Interaction between players is indirect; one cannot directly impact another player's expeditions. However, since players can draw from the common discard piles, they can make use of opposing discards. Additionally, since the available cards for a given expedition are finite, progress made by an opponent in a given color can lead to difficulty making progress in that same color.

The game's board, while designed to supplement the theme, is optional and consists only of simple marked areas where players place discards. If Lost Cities had four expeditions instead of five, it could be played with a standard deck of playing cards. When doing so, the face cards would represent investment cards, with numbered cards two through ten serving as the expedition progress cards.

===Expedition 6: The Lost Expedition===
At GenCon 2016, The Lost Cities: Sixth Expedition promo pack was given away. It contains a set of grey cards that are added to the base game as an additional expedition. The sixth expedition has the same rules as the other five.

In 2018, some newer international versions of Lost Cities were expected to also include Expedition 6 as well as two-sided boards. One side with five expeditions, the other side with six. Starting from 2019, the game now includes this extra expedition, for a total of six colored suits with a two-sided board.

== Awards ==
- Won the 2000 International Gamers Award.

== Lost Cities: The Board Game ==
The 2008 game Keltis was re-themed and published in the U.S. as Lost Cities: The Board Game.

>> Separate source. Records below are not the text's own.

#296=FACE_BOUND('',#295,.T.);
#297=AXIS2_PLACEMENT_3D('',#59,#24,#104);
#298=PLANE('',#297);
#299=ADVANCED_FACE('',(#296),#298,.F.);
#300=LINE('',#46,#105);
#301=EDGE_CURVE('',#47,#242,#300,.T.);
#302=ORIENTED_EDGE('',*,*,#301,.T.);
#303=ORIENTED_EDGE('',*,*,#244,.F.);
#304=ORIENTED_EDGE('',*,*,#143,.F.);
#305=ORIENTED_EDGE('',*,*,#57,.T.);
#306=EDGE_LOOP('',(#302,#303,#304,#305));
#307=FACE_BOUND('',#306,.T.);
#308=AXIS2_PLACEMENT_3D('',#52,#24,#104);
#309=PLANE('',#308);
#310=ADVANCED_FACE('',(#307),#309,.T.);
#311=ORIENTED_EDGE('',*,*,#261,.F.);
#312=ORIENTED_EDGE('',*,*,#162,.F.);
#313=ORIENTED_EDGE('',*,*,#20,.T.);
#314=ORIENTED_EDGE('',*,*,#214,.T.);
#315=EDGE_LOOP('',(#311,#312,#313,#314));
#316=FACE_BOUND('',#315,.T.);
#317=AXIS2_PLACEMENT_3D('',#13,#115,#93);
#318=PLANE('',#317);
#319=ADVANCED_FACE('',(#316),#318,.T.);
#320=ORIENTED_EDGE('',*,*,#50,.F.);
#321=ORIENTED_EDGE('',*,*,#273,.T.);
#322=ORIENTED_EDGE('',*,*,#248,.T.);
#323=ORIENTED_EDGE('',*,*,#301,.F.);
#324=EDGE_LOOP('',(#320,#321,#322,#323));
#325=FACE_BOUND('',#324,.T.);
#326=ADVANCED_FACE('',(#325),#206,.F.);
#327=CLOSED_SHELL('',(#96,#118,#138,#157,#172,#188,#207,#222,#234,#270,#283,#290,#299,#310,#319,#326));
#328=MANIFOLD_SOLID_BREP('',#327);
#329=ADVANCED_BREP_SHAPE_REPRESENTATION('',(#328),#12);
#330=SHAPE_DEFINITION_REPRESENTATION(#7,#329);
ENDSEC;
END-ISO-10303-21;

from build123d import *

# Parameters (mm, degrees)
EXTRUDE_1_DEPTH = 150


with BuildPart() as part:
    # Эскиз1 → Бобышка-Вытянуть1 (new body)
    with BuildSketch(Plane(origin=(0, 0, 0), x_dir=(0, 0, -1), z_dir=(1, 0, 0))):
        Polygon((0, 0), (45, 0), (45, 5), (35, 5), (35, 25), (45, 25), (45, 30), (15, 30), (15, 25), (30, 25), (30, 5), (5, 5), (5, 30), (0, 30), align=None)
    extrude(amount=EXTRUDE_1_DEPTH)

The game supports up to four players and is a more complex version of the original card game.

== Xbox Live Arcade ==
Lost Cities was published by Sierra Online for the Xbox Live Arcade platform on April 23, 2008. The title supports both online play against other humans and solo play against computer-controlled opponents. It was delisted on 20 February 2009 after a merger between Activision and Vivendi. It is currently not available for purchase.